The Cyclone Coasters ride and also the little swap meet is this Sunday. Someone mentioned bringing an Aerocycle in honor of Tony Henkels, and I think that's a fine idea! Tony was a dear friend and we lost him last month... he was a pioneer in vintage balloon tire Schwinns. 

My sincerest thanks to Walt for posting this auction on ebay to advertise the ride:

http://www.ebay.com/itm/Prewar-Schw...is-Sun-Pike-Cafe-Long-Beach-Ca-/121774699477?

I will be there on Tony Henkels' actual Aerocycle, I hope anyone who has an Aerocycle will show, and if you don't have one please bring your favorite Schwinn? Tony was a Schwinn nut and it would make him very happy to see a ride in his honor. 
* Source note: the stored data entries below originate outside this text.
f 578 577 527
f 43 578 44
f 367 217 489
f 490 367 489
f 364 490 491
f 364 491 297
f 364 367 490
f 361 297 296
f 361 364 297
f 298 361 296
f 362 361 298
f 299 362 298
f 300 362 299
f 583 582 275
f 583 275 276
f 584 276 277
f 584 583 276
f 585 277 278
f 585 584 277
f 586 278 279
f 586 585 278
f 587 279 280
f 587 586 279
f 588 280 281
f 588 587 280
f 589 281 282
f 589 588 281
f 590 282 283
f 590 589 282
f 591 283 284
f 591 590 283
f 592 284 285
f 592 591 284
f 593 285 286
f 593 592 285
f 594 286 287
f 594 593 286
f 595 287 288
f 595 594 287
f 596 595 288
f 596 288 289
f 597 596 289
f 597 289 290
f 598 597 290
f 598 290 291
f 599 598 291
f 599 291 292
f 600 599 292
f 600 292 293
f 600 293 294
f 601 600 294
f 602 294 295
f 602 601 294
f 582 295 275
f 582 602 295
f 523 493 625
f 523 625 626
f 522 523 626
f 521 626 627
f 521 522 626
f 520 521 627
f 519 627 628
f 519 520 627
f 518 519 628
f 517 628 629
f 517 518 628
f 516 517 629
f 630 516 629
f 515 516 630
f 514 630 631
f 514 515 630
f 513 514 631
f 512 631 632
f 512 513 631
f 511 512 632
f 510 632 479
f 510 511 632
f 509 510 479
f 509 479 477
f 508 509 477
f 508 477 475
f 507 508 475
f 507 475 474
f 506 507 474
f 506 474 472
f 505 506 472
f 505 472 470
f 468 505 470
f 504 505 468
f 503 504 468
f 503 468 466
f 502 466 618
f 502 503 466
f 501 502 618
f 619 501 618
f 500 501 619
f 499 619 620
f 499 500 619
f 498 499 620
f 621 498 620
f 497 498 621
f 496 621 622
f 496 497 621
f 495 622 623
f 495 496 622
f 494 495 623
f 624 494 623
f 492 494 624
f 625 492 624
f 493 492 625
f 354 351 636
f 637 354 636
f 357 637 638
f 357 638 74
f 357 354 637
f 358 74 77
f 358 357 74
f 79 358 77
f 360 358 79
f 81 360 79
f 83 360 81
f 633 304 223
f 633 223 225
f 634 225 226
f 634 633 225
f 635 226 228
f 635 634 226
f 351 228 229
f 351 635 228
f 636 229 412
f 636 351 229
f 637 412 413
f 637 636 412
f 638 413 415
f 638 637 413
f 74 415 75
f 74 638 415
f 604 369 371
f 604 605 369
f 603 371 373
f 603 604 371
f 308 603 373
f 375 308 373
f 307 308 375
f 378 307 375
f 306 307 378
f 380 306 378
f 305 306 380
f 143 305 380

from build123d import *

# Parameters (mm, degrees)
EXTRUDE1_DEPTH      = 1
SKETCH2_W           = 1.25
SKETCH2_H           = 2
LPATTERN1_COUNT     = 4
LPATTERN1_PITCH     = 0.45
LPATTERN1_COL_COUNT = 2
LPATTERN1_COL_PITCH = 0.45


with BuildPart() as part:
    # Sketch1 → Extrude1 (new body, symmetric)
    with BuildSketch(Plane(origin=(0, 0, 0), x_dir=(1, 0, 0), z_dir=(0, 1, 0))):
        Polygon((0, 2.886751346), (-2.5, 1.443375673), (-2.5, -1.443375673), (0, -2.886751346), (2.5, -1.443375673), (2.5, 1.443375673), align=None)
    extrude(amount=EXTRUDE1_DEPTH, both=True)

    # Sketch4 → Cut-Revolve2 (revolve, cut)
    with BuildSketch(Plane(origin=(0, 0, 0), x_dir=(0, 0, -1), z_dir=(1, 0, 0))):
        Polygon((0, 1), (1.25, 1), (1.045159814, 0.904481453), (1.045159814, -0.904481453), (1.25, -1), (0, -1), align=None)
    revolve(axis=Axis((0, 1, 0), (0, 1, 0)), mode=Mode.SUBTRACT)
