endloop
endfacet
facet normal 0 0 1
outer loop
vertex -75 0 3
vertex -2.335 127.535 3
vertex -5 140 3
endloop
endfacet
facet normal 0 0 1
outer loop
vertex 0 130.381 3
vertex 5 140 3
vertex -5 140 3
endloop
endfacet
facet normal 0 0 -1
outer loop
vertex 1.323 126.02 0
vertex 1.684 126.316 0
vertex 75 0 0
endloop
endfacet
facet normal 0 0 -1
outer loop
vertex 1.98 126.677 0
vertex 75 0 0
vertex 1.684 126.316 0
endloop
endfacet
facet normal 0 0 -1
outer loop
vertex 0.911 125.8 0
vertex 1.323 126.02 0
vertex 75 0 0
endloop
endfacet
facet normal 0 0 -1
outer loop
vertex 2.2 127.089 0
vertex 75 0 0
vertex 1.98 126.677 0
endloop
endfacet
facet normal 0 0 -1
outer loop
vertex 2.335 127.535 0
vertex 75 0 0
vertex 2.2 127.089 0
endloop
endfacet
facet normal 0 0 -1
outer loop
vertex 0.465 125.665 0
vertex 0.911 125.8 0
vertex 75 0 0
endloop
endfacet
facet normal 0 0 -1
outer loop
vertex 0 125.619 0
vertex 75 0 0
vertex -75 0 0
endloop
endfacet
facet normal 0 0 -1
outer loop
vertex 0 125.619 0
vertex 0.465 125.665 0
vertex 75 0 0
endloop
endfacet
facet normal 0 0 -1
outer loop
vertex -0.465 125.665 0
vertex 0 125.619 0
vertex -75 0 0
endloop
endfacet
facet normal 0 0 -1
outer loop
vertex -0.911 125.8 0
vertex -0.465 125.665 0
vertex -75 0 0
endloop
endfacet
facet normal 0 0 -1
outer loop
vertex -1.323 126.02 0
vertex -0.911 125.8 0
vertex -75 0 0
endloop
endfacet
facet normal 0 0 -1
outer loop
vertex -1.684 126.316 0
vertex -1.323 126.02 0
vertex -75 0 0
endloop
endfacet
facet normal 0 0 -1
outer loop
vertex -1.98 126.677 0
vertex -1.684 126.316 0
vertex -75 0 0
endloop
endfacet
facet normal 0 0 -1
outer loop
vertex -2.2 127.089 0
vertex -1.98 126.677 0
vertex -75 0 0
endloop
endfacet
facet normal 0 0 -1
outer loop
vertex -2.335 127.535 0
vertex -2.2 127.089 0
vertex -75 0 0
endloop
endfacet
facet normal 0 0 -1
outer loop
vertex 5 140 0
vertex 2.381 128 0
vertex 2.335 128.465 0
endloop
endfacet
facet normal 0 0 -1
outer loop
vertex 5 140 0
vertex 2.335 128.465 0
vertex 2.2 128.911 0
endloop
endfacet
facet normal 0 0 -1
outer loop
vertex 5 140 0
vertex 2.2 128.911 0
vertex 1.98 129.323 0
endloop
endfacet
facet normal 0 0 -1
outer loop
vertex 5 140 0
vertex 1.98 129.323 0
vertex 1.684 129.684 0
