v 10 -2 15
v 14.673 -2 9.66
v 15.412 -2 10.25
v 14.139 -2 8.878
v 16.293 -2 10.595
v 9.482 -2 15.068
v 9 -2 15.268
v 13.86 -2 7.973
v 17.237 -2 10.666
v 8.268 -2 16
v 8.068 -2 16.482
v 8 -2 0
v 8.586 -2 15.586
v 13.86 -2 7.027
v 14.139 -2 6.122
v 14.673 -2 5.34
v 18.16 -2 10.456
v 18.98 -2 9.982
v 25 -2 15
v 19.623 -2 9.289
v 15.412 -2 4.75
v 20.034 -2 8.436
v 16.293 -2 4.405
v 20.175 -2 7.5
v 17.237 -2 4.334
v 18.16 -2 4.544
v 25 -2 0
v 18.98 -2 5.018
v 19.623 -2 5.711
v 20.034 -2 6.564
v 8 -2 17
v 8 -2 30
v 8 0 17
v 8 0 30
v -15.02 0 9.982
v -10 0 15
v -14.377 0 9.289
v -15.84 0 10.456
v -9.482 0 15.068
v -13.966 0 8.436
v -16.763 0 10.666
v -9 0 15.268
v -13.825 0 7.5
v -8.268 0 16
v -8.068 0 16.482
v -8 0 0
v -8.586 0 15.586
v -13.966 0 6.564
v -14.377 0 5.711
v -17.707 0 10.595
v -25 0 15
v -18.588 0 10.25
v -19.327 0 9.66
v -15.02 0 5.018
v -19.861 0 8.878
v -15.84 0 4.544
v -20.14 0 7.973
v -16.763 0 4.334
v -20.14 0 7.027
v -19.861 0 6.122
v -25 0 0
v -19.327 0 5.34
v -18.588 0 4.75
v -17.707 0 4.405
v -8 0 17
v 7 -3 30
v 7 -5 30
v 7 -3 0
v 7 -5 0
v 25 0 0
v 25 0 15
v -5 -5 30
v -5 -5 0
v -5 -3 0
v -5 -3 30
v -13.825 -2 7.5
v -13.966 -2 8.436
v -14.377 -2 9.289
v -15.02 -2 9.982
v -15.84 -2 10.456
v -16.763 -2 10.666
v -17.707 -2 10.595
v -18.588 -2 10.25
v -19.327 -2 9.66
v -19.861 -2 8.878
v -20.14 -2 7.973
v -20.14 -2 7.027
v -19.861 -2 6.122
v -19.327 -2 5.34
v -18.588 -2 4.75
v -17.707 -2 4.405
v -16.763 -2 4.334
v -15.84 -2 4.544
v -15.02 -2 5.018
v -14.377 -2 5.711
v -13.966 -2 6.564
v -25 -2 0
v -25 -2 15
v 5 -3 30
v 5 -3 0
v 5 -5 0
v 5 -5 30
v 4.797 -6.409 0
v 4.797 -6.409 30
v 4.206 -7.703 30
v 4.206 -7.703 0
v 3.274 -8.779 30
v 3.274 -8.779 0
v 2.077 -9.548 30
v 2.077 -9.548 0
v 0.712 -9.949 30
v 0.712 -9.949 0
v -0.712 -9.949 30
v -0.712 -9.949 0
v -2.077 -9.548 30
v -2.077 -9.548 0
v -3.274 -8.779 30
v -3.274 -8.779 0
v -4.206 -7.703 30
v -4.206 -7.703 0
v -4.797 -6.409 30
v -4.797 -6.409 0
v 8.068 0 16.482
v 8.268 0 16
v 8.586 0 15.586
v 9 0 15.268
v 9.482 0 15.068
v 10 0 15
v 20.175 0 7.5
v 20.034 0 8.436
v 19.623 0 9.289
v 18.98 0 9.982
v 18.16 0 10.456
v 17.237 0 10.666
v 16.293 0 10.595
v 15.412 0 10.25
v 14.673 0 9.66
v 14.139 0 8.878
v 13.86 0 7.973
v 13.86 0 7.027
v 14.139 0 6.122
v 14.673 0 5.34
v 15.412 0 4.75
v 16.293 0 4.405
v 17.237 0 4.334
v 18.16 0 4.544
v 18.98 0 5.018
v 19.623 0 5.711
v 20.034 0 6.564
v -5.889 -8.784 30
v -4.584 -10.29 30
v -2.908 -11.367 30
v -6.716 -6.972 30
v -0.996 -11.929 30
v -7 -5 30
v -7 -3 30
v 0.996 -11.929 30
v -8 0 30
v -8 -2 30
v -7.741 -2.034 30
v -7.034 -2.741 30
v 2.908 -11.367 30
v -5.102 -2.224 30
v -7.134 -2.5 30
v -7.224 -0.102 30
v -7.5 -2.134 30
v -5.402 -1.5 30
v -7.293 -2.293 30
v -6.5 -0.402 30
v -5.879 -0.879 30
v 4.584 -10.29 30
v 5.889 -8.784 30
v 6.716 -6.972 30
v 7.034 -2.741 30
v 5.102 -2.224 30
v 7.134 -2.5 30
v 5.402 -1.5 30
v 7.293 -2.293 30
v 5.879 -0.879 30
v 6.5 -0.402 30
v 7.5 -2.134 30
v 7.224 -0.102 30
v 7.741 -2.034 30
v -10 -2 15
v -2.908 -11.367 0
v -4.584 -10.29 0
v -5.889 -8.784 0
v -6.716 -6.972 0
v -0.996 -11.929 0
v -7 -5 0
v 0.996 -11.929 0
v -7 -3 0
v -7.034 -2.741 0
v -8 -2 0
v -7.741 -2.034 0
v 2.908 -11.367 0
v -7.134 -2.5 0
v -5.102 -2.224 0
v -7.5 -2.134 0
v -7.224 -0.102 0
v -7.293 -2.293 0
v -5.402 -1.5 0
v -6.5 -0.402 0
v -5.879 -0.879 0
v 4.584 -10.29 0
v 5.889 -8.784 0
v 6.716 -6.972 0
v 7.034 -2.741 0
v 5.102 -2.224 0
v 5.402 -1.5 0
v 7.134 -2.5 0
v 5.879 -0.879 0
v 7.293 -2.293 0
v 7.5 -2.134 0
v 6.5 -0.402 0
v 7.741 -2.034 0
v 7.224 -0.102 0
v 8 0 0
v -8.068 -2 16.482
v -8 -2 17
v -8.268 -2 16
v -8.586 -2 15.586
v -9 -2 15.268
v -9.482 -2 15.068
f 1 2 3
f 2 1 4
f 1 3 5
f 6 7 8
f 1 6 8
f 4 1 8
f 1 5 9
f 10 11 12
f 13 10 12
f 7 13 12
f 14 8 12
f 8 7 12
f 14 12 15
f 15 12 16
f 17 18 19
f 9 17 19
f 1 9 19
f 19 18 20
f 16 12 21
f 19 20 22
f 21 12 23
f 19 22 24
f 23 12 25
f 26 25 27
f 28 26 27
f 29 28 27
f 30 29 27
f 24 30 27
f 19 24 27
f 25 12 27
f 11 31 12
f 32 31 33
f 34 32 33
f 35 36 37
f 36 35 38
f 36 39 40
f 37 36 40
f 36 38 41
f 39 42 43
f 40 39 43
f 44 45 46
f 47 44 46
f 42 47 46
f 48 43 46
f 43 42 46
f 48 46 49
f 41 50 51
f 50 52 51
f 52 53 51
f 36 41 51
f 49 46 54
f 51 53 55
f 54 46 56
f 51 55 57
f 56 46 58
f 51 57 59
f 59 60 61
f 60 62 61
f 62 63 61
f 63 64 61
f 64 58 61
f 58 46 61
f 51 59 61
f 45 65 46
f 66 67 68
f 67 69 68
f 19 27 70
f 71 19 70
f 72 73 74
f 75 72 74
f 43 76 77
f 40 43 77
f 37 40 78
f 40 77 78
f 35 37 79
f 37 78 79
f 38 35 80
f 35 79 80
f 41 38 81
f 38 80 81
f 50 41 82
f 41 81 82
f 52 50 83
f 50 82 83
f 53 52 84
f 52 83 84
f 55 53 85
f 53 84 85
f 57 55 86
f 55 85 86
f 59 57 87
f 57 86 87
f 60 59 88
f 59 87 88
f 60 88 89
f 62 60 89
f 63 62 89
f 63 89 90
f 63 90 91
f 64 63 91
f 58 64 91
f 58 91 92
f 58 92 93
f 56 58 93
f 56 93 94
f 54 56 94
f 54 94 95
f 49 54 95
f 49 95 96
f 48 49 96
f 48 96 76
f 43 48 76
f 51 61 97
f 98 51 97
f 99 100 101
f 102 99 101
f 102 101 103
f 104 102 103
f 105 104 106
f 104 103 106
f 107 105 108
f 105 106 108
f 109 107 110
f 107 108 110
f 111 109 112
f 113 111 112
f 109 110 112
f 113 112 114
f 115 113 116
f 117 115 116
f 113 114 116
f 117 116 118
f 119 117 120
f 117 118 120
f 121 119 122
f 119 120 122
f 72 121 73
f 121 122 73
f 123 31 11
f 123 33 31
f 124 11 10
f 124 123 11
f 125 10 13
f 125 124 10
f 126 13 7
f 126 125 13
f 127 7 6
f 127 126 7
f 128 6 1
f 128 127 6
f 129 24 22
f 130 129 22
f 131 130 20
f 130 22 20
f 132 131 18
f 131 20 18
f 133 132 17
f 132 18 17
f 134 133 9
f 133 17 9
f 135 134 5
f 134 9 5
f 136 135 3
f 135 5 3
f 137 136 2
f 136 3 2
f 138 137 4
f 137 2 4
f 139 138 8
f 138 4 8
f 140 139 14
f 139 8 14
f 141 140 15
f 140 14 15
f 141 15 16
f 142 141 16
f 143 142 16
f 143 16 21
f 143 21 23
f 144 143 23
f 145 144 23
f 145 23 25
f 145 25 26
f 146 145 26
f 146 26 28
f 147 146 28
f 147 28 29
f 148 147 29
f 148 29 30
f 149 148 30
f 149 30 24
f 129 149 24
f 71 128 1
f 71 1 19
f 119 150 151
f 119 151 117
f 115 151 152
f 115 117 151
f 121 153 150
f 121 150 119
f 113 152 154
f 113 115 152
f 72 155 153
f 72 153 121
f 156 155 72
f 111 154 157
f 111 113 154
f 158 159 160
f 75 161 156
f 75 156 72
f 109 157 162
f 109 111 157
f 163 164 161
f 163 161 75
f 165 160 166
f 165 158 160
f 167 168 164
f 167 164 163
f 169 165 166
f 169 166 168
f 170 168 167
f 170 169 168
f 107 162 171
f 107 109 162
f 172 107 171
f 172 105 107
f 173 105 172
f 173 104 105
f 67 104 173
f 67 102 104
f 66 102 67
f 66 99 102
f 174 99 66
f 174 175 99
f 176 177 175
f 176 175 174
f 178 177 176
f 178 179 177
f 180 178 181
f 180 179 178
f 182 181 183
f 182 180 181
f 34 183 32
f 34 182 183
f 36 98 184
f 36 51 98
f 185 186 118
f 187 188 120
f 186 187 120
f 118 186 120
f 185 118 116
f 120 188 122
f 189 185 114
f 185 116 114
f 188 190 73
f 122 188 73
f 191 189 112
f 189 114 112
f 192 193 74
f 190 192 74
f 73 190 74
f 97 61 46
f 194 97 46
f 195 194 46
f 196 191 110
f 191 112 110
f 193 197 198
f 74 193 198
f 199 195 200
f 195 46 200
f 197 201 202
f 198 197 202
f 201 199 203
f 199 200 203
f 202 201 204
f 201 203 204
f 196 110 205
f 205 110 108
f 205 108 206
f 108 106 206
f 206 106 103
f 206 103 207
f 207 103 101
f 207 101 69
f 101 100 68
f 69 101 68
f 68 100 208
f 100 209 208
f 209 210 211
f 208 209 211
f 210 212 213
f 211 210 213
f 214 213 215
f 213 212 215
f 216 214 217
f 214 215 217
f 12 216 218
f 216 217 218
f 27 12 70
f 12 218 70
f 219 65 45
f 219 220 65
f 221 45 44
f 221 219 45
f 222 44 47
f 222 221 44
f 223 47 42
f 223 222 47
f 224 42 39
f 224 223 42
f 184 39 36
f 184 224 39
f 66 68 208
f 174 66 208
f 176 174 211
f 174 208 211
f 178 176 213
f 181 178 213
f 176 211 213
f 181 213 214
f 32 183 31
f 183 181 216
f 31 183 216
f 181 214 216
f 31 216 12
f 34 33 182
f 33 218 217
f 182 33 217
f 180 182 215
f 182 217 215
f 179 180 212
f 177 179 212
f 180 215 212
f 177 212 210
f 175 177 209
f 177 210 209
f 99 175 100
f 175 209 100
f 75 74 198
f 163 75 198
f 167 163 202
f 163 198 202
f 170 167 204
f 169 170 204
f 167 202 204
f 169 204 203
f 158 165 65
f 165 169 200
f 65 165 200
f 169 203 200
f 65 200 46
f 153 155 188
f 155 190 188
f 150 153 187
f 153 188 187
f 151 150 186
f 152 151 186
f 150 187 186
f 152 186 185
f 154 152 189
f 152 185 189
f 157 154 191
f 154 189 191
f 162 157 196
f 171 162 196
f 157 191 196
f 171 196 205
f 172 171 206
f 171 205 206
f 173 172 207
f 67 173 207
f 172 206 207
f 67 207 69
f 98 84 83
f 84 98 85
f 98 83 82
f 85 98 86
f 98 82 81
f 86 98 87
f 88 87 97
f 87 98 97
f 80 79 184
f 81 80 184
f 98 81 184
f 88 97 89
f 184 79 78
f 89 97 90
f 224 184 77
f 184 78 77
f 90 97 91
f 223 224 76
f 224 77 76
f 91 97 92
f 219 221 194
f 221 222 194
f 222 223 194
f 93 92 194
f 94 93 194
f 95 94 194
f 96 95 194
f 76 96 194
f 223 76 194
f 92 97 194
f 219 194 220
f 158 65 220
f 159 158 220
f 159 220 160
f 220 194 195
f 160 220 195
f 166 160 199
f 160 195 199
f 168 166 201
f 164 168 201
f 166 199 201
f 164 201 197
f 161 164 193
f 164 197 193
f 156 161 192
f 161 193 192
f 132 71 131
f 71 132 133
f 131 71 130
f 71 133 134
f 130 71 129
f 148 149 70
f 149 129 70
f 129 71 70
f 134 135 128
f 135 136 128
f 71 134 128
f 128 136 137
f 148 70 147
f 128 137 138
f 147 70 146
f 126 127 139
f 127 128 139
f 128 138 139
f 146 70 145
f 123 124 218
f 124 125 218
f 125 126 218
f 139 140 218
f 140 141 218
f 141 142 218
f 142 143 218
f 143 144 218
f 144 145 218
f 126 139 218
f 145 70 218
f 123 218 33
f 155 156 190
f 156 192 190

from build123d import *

# Parameters (mm, degrees)
F1_DEPTH = 15
F3_DEPTH = 15
F4_R     = 2
F6_D     = 6.35


with BuildPart() as f1:
    # F0 (on Top) → F1 (new body)
    with BuildSketch(Plane.XY):
        with BuildLine():
            Line((-8, 0), (-25, 0))
            Line((-25, 0), (-25, -2))
            Line((-25, -2), (-8, -2))
            ThreePointArc((-8, -2), (-7.292893, -2.292893), (-7, -3))
            Line((-7, -3), (-7, -5))
            ThreePointArc((-7, -5), (0, -12), (7, -5))
            Line((7, -5), (7, -3))
            ThreePointArc((7, -3), (7.292893, -2.292893), (8, -2))
            Line((8, -2), (25, -2))
            Line((25, -2), (25, 0))
            Line((25, 0), (8, 0))
            ThreePointArc((8, 0), (5.87868, -0.87868), (5, -3))
            Line((5, -3), (5, -5))
            ThreePointArc((5, -5), (0, -10), (-5, -5))
            Line((-5, -5), (-5, -3))
            ThreePointArc((-5, -3), (-5.87868, -0.87868), (-8, 0))
        make_face()
    extrude(amount=F1_DEPTH)

    # F2 (on face) → F3 (join)
    with BuildSketch(Plane.XY.offset(15)):
        with BuildLine():
            Line((-5, -5), (-5, -3))
            ThreePointArc((-5, -3), (-5.87868, -0.87868), (-8, 0))
            Line((-8, 0), (-8, -2))
            ThreePointArc((-8, -2), (-7.292893, -2.292893), (-7, -3))
            Line((-7, -3), (-7, -5))
            ThreePointArc((-7, -5), (0, -12), (7, -5))
            Line((7, -5), (7, -3))
            ThreePointArc((7, -3), (7.292893, -2.292893), (8, -2))
            Line((8, -2), (8, 0))
            ThreePointArc((8, 0), (5.87868, -0.87868), (5, -3))
            Line((5, -3), (5, -5))
            ThreePointArc((5, -5), (0, -10), (-5, -5))
        make_face()
    extrude(amount=F3_DEPTH)

    # F4
    f4_edges = [f1.edges().sort_by_distance(p)[0] for p in [
        (-8, -1, 15),
        (8, -1, 15),
    ]]
    fillet(f4_edges, radius=F4_R)

    # F6 (through all)
    with Locations(Plane(origin=(0, 0, 0), x_dir=(-1, 0, 0), z_dir=(0, 1, 0))):
        with Locations((-17, 7.5), (17, 7.5)):
            Hole(F6_D / 2)


solid = f1.part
Hope to see you there... please be sure to come up and say hi if you see me, I'll be on the restored Aerocycle with the REALLY loud horn. ;o)

Justin P. Balloonatic


----------



## aasmitty757 (Oct 1, 2015)

I did not have the pleasure to know Tony but I would like to offer my condolences to all his friends and family. Unfortunately I live to far away to attend but will be there in spirit with my Aerocycle.


----------



## catfish (Oct 1, 2015)

Would love to see photos of the Areocycle line up.


----------



## Joe Buffardi (Oct 1, 2015)

*Women of Aviation*

Here is a sneak peak of what I will be bringing.


----------



## cyclingday (Oct 1, 2015)

The ladies Aerocycle is fabulous, Joe.
You're a genius!
I'll be bringing my 1934 Streamline Aerocycle.
I hope that this becomes the type of gathering we've all talked about.
Tony Henkels will be smiling from Heaven if a bunch of Aerocycles turnout in his honor.
How cool is that?




Sent from my iPhone using Tapatalk


----------



## cyclingday (Oct 1, 2015)

Here's that cool picture that Walt posted on the e bay forum.
Our gang for sure!




Sent from my iPhone using Tapatalk


----------



## rollfaster (Oct 1, 2015)

cyclingday said:


> Here's that cool picture that Walt posted on the e bay forum.
> Our gang for sure!
> 
> 
> ...




Those guys have impeccable taste. Joe, just when we've thought we've seen the best of your creations with the radicial engines and fender planes, you continue to wow us! Killer girls aerocycle project. Rob.


----------



## Joe Buffardi (Oct 1, 2015)

Wow Marty!! I can't wait to see your Aerocycle!! Thanks man I love bicycle projects.


----------



## Balloonatic (Oct 1, 2015)

Awesome! I'm really looking forward to seeing as many Aerocycles as possible, and Joe, your girls Aero is genius! I love it. 

aasmitty757 & cyclingday, I love that you posted your Aerocycles in honor of Tony, that rocks! Tony would be so happy. One of the bike guys that knew Tony said of him "he was of the generation that made everyone around him a better person" and that says it beautifully about Tony. He was that guy; never in competition with anyone, and always appreciative of whatever anyone else had... and always willing to help. That is the essence of the CABE membership to me. He was a true, old school bike guy from So. Cal who simply loved vintage Schwinns, vintage Lincolns, MGs (TDs) and Jags. When he passed he was building a "hot dog" prewar Motorbike rider, tank only with no fenders with 5 speed to cruise around on.. at 87 years old! You gotta love it!

Let's give Tony a send off befitting the guy he was.... get your horns working!


----------



## cyclingday (Oct 1, 2015)

Here's a picture of a couple of guys I ran into with a neat old truck with an Aerocycle in the back.




Sent from my iPhone using Tapatalk


----------